--- Task prompt ---
The word "revolve" may appear in lines of the data; say how many such lines there are, with nothing beyond the number.

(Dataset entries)
────────────────

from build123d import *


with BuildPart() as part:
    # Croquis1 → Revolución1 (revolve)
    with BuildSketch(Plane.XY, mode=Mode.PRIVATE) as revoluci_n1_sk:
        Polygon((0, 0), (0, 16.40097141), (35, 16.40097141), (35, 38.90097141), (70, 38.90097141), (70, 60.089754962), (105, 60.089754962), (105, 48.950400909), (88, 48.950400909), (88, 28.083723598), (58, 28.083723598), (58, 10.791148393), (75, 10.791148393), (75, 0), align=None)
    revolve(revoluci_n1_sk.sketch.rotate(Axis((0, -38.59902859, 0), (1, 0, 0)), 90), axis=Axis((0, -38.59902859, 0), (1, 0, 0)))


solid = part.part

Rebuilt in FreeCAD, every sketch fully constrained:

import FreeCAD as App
import Part
import Sketcher


def add_polygon(sketch, points):
    """Adds a closed chain of lines whose ends are joined by coincident constraints."""
    first, n = sketch.GeometryCount, len(points)
    for a, b in zip(points, points[1:] + points[:1]):
        sketch.addGeometry(Part.LineSegment(App.Vector(*a, 0), App.Vector(*b, 0)), False)
    for i in range(n):
        sketch.addConstraint(Sketcher.Constraint("Coincident", first + i, 2, first + (i + 1) % n, 1))

doc = App.newDocument("Part")
body = doc.addObject("PartDesign::Body", "Body")

# Sketch on XY plane
sketch1 = body.newObject("Sketcher::SketchObject", "Sketch")
sketch1.AttachmentSupport = (doc.getObject("XY_Plane"), [""])
sketch1.MapMode = "FlatFace"
add_polygon(sketch1, [(0, 16.400971), (0, 0), (75, 0), (75, 10.791148), (58, 10.791148), (58, 28.083724), (88, 28.083724), (88, 48.950401), (105, 48.950401), (105, 60.089755), (70, 60.089755), (70, 38.900971), (35, 38.900971), (35, 16.400971)])  # lines 0-13
sketch1.addGeometry(Part.LineSegment(App.Vector(0, -38.599029, 0), App.Vector(105, -38.599029, 0)), True)  # axis
sketch1.addConstraint(Sketcher.Constraint("Vertical", 0))
sketch1.addConstraint(Sketcher.Constraint("Horizontal", 1))
sketch1.addConstraint(Sketcher.Constraint("Vertical", 2))
sketch1.addConstraint(Sketcher.Constraint("Horizontal", 3))
sketch1.addConstraint(Sketcher.Constraint("Vertical", 4))
sketch1.addConstraint(Sketcher.Constraint("Horizontal", 5))
sketch1.addConstraint(Sketcher.Constraint("Vertical", 6))
sketch1.addConstraint(Sketcher.Constraint("Horizontal", 7))
sketch1.addConstraint(Sketcher.Constraint("Vertical", 8))
sketch1.addConstraint(Sketcher.Constraint("Horizontal", 9))
sketch1.addConstraint(Sketcher.Constraint("Vertical", 10))
sketch1.addConstraint(Sketcher.Constraint("Horizontal", 11))
sketch1.addConstraint(Sketcher.Constraint("Vertical", 12))
sketch1.addConstraint(Sketcher.Constraint("Horizontal", 13))
sketch1.addConstraint(Sketcher.Constraint("Horizontal", 14))
sketch1.addConstraint(Sketcher.Constraint("Coincident", 0, 2, -1, 1))
sketch1.addConstraint(Sketcher.Constraint("PointOnObject", 14, 1, -2))
sketch1.addConstraint(Sketcher.Constraint("Vertical", 8, 2, 14, 2))
sketch1.addConstraint(Sketcher.Constraint("Equal", 3, 7))
sketch1.addConstraint(Sketcher.Constraint("Equal", 9, 11))
sketch1.addConstraint(Sketcher.Constraint("Equal", 11, 13))
sketch1.addConstraint(Sketcher.Constraint("DistanceX", 1, 1, 1, 2, 75.0))
sketch1.addConstraint(Sketcher.Constraint("DistanceX", 3, 2, 3, 1, 17.0))
sketch1.addConstraint(Sketcher.Constraint("DistanceX", 5, 1, 5, 2, 30.0))
sketch1.addConstraint(Sketcher.Constraint("DistanceY", 12, 2, 12, 1, 22.5))
sketch1.addConstraint(Sketcher.Constraint("DistanceY", 14, 1, 13, 2, 55.0))
sketch1.addConstraint(Sketcher.Constraint("DistanceY", 0, 2, 0, 1, 16.400971))
sketch1.addConstraint(Sketcher.Constraint("DistanceY", 2, 1, 2, 2, 10.791148))
sketch1.addConstraint(Sketcher.Constraint("DistanceY", -1, 1, 6, 2, 48.950401))
sketch1.addConstraint(Sketcher.Constraint("DistanceY", 4, 1, 4, 2, 17.292575))
sketch1.addConstraint(Sketcher.Constraint("DistanceY", 8, 1, 8, 2, 11.139354))
revolution = body.newObject("PartDesign::Revolution", "Revolution")
revolution.Profile = sketch1
revolution.ReferenceAxis = (sketch1, ["Axis0"])
revolution.Angle = 360

doc.recompute()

────────────────

--- Exercise response ---
2